Russia's Renaissance expands into Middle East and Southeast Asia

By bne IntelliNews June 26, 2007

Jason Corcoran in Moscow -

Russian investment bank Renaissance Capital is opening offices in Dubai, Singapore and Hong Kong to service its fast growing wealth and asset management business, bne has learnt.

Its expansion overseas is underpinned by a conviction that Russian private investors will want to diversify their portfolios and invest more abroad amid uncertainty ahead of next year's presidential election.

Stephen Jennings, chief executive of Renaissance Capital, says the Asian openings stemmed from existing Russian and CIS clients demanding access to key international finance markets.

In an interview with bne, Jennings said that clients within Russia and the CIS want international assets, and international custodian and wealth management services.

"As we go into other geographies, we will sell those same products to local clients in those markets also. It's about giving really tailored wealth management products to high net worth Russians, Ukrainians, Kazakhs and so forth," he said.

Renaissance's fund arm Renaissance Investment Management is Russia's market leader with almost $4.5bn in assets under management. Jennings said more than half of assets were accounted for by high net worth clients.

Domestically, Jennings welcomed the arrival of global wealth management players to Moscow, but suggested their strategy might not be best suited to Russia's ultra rich.

"UBS and Credit Suisse are tailored towards a global business. They would say otherwise, but their product is quite standardised. What we are dealing with in Russia is a completely new class of wealthy people. They are used to exceptionally high levels of service in other areas of their lives. They are not getting that highly tailored and high-end service from someone who is a generic wealth provider," he said.

UBS launched limited onshore private banking services in Russia in January, hot on the heels of Credit Suisse which launched in September last year. Other competitors in the onshore market include market leaders Deutsche Bank, Citigroup and Austria's Raiffeisen. UBS is offering wealth management, asset management, ruble fixed-income and foreign-exchange services alongside their existing Russian operations in equities and investment banking.

Jennings argues Renaissance can provide clients with a higher level of service along with best-of-breed products through white-labelling - the selling of externally managed funds that are branded as its own.
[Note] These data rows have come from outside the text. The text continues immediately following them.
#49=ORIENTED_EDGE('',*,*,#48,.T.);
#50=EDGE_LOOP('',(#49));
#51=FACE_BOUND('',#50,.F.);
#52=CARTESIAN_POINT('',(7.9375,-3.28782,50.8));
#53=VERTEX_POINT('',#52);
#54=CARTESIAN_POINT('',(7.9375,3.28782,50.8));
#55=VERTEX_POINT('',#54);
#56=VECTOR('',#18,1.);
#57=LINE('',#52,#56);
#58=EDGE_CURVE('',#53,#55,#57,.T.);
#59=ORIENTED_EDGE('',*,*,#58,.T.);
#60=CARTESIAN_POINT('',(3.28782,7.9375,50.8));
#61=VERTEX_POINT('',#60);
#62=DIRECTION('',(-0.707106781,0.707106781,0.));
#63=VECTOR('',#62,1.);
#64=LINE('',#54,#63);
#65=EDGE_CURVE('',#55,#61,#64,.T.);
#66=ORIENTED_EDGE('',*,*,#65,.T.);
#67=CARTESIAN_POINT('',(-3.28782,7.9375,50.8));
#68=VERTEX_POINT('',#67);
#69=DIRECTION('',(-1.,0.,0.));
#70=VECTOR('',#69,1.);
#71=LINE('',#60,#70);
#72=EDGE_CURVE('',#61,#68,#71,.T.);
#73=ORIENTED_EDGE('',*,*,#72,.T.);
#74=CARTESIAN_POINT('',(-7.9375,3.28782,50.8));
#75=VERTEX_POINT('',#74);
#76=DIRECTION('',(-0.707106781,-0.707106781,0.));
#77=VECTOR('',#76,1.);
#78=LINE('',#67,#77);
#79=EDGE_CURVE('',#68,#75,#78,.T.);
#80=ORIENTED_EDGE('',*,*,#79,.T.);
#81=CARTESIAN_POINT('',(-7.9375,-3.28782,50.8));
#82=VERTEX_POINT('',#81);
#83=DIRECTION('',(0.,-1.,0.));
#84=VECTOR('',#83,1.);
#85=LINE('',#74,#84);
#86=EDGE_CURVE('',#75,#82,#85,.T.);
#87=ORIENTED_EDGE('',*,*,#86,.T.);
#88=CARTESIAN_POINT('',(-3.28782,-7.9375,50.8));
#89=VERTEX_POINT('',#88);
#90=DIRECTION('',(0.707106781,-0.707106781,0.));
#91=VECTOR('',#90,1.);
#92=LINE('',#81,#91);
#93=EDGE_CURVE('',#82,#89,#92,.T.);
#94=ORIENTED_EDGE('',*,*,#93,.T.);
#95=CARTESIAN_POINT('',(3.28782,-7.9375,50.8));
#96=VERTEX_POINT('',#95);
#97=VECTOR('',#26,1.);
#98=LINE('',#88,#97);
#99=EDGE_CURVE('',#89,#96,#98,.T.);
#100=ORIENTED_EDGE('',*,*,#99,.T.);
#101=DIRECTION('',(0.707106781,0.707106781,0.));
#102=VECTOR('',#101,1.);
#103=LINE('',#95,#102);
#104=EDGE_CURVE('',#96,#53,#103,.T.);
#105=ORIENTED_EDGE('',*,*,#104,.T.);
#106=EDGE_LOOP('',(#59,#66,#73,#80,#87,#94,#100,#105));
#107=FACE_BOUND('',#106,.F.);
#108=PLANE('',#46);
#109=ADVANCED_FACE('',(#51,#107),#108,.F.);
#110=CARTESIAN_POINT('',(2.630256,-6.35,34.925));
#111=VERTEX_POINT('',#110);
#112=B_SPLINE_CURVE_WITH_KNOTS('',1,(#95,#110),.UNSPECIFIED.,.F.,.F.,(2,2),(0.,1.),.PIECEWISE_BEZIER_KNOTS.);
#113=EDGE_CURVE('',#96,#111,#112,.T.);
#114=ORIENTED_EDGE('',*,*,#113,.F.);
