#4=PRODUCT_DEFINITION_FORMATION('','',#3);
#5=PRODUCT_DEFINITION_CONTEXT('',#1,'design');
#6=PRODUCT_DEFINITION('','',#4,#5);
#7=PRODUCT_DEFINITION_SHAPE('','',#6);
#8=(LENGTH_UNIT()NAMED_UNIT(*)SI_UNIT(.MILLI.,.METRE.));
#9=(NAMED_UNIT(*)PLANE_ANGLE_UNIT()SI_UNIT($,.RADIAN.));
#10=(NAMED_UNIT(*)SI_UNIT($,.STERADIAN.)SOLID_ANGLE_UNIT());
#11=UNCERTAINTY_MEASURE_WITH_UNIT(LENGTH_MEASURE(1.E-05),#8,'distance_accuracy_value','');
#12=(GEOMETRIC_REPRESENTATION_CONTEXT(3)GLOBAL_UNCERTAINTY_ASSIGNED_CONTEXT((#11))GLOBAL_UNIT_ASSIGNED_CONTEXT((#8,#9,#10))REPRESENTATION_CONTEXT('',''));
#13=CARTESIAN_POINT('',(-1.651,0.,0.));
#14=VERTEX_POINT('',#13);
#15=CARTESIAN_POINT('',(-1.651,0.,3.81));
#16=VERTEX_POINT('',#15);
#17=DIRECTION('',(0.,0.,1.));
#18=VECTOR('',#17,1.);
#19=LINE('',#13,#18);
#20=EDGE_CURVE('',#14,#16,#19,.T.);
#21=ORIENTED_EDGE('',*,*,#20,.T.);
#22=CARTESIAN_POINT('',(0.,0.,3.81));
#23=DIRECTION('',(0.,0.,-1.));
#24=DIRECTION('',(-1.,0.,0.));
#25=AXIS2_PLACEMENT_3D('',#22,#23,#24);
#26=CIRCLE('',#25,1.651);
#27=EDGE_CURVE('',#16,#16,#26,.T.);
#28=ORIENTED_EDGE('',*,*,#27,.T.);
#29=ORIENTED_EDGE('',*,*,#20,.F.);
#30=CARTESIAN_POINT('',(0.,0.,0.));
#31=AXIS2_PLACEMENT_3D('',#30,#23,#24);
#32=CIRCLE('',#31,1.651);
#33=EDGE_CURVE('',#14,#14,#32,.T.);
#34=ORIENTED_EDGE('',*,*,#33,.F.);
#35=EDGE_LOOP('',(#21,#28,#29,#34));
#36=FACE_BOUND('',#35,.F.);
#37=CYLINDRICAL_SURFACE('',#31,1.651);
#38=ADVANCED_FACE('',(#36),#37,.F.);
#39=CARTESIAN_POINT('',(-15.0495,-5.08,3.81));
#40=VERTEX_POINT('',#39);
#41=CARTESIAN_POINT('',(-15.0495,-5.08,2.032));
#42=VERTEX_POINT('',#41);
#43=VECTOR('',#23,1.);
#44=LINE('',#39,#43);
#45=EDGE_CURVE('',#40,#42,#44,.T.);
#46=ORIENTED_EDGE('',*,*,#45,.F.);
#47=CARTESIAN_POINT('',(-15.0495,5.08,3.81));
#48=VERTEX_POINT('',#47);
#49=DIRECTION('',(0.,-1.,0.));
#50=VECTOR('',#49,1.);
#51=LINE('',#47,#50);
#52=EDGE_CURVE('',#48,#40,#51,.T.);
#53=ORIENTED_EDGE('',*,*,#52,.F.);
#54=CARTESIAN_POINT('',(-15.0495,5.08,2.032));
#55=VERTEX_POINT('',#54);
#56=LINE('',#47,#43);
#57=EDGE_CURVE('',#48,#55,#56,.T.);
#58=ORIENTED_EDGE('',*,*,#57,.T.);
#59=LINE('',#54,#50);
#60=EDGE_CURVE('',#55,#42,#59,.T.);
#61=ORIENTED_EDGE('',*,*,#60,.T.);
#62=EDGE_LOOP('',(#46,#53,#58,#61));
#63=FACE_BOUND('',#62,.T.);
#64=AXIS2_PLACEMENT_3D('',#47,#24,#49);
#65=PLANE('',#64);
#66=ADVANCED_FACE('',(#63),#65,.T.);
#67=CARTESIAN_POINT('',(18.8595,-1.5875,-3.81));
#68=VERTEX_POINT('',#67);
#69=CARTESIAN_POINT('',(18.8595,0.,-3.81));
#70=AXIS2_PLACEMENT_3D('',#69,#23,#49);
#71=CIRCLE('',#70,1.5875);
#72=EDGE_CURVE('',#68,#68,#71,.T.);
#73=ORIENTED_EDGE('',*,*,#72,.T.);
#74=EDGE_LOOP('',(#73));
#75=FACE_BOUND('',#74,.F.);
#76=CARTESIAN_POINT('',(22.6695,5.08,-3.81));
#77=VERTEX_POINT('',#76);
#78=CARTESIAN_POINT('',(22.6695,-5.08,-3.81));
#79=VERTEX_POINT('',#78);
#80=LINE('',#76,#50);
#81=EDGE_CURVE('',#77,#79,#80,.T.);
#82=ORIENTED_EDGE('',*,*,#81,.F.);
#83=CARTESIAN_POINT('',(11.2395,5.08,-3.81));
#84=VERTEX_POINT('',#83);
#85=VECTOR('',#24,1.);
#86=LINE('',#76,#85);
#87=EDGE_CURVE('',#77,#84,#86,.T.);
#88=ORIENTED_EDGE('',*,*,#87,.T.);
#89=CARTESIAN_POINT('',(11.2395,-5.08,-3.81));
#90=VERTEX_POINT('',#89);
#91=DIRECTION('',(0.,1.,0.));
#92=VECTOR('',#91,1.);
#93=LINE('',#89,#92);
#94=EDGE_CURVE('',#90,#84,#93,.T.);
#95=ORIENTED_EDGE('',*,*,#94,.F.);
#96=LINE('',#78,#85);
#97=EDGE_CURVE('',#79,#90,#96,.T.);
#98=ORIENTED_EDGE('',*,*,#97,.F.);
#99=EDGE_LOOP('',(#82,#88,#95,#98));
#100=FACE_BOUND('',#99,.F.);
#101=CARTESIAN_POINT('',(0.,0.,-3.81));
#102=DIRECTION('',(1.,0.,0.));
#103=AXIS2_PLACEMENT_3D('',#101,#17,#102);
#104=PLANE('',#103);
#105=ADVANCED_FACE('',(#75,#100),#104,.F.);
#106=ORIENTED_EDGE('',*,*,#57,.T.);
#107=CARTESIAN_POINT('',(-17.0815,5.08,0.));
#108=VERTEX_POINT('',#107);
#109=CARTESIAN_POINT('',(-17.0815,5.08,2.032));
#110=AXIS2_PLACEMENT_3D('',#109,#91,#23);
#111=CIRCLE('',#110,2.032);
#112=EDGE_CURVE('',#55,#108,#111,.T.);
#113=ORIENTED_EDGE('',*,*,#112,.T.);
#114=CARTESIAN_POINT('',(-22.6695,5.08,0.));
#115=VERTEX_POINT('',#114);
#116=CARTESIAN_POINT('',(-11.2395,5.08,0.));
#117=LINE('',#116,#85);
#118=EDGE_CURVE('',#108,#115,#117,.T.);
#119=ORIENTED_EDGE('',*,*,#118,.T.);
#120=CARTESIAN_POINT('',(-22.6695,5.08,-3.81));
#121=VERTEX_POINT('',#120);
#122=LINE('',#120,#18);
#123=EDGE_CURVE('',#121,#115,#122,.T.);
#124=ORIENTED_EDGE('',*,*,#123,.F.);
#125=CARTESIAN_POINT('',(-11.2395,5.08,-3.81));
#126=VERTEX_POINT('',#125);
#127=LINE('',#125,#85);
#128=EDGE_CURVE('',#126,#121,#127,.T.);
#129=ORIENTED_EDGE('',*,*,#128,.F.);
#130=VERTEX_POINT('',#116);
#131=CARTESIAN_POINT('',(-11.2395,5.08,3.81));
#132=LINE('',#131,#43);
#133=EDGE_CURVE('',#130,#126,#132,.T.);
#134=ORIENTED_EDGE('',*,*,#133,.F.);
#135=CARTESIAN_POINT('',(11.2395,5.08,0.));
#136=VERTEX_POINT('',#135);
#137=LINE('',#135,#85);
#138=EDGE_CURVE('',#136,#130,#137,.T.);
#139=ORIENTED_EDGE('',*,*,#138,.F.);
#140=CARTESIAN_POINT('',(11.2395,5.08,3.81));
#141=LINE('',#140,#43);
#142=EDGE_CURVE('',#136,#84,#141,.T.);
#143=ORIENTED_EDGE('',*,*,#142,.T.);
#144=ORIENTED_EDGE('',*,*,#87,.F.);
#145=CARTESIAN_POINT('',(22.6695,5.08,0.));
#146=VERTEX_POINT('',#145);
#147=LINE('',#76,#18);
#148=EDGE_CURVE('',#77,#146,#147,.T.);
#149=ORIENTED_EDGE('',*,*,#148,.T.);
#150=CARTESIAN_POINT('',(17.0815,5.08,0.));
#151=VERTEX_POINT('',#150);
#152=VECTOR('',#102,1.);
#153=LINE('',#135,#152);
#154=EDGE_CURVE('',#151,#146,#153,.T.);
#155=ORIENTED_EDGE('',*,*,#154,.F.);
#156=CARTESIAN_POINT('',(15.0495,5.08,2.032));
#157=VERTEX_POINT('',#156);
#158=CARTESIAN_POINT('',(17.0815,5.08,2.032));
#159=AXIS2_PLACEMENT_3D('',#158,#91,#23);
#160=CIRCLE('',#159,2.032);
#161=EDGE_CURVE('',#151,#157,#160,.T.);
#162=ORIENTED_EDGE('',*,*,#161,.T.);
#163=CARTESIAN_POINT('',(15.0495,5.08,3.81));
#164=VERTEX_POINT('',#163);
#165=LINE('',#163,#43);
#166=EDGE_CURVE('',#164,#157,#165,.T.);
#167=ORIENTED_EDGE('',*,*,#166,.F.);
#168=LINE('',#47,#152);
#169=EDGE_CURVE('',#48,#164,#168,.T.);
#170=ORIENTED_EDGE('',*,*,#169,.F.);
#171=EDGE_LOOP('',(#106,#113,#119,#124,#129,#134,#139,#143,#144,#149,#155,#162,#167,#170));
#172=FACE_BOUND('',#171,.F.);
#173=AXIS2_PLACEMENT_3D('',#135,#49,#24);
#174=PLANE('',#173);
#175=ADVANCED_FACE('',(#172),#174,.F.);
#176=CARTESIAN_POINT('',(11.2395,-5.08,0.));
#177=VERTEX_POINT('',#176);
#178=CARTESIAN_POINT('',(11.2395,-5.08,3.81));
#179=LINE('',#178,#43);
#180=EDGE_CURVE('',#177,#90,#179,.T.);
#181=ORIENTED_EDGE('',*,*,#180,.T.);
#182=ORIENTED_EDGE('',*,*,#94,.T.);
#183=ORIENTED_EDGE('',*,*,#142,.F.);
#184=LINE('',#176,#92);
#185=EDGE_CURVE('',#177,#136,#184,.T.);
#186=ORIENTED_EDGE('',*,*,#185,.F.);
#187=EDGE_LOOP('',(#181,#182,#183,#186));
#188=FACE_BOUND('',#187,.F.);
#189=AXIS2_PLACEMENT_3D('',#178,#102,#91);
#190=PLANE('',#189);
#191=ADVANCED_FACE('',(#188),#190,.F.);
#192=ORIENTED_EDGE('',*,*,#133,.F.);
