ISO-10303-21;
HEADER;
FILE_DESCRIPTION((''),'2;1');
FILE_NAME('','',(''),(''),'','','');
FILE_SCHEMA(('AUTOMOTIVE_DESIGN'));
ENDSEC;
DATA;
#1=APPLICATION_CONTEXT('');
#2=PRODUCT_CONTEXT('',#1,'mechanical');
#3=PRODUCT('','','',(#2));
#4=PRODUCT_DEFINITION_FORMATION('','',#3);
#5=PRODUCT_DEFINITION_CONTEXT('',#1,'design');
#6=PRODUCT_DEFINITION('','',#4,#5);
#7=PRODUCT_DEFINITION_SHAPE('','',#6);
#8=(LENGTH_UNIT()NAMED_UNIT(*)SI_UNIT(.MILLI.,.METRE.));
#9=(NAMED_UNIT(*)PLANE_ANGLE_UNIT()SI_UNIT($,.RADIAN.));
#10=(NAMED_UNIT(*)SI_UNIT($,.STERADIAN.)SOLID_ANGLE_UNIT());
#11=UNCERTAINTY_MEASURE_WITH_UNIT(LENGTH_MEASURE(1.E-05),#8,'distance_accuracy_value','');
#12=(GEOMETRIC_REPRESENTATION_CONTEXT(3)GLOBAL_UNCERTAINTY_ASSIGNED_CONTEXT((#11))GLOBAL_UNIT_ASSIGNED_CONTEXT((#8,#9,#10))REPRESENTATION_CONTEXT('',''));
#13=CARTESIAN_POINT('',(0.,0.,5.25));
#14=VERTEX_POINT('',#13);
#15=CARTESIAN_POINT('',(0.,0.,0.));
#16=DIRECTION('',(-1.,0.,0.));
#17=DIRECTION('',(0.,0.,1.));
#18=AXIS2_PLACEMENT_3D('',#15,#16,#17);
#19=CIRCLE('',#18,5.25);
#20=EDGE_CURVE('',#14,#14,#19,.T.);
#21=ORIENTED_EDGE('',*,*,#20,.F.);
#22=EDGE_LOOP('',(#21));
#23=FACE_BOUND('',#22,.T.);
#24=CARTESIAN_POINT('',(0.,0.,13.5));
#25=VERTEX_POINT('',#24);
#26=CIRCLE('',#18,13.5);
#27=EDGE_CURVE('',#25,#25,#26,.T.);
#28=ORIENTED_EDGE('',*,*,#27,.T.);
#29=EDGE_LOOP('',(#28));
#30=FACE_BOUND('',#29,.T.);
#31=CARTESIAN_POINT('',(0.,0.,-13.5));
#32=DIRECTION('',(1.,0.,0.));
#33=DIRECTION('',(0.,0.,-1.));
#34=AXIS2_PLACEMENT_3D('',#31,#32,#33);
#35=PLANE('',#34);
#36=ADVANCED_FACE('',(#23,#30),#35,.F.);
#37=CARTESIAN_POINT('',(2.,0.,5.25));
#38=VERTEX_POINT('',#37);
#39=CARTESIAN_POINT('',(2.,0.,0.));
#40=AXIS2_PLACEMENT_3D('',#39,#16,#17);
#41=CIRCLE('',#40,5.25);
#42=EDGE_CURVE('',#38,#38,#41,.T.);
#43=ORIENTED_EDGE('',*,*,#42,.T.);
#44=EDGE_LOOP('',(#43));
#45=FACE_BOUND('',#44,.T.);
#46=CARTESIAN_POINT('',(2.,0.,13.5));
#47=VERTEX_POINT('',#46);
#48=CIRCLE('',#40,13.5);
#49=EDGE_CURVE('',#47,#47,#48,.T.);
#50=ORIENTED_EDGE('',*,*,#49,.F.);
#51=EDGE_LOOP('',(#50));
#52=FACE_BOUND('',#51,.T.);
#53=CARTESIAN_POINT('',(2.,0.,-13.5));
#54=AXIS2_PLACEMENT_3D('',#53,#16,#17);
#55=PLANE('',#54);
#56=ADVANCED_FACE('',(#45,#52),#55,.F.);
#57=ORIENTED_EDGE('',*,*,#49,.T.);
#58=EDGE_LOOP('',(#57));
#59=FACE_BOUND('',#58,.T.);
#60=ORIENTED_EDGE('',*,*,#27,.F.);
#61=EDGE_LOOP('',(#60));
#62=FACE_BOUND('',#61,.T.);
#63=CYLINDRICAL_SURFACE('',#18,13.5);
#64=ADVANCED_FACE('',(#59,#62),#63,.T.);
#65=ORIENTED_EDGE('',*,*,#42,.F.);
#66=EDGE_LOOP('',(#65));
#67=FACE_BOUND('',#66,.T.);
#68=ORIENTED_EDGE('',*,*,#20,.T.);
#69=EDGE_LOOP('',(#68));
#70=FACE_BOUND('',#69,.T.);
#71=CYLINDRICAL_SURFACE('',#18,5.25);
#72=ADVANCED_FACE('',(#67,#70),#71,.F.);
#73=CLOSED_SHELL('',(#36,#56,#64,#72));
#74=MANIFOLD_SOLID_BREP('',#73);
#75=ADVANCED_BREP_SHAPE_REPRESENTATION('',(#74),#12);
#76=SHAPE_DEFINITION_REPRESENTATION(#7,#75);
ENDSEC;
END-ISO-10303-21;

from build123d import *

# Parameters (mm, degrees)
ESQUISSE1_W = 2
ESQUISSE1_H = 8.25


with BuildPart() as part:
    # Esquisse1 → Base-Révolution (revolve)
    with BuildSketch(Plane(origin=(0, 0, 0), x_dir=(1, 0, 0), z_dir=(0, 1, 0))):
        with Locations((1, 9.375)):
            Rectangle(ESQUISSE1_W, ESQUISSE1_H)
    revolve(axis=Axis((0, 0, 0), (1, 0, 0)))


solid = part.part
"It's not an option for us to give people anything but a Rolls-Royce service," he said. "International products are all available through white-labelling and open architecture so there is nothing by way of product that an international bank can provide that we can't. What we can do that is different is the tailoring of products, including domestic products, the location of service and the whole nature of the relationship."

Africa and elsewhere

The bank is targeting the top segment of the market and clients with a minimum investment size of $1m. Actually, the average account size is in excess of this, at over $6m, while the largest single account is just above $100m.

Renaissance recently launched its investment bank in Sub-Saharan Africa. Asset management and wealth management services will follow in time, according to Jennings.

The move to set up operations in Asia and the Middle East follows the recent launch of operations in Geneva, the backyard of the Swiss wealth management giants.

Philippe Magistretti, head of private banking at Swiss bank Union Bancaire Privee, has been hired to run the business. Magistretti joined UBP in 2004 from Lazard Freres, where he was a partner. He was previously head of the French derivatives operation for the US insurance giant American International Group. His new title is chief executive of Renaissance Investment Management Switzerland.

Renaissance has received a Swiss banking license and is looking to increase its headcount in Geneva from six to 15 by December.

Both Jennings and his deputy Neil Harvey insist Renaissance's overseas expansion is not a hedge against Russia.

"We are 110% focused on Russia," said Harvey. "We have a unique model suited to frontier-type capital which we are applying elsewhere."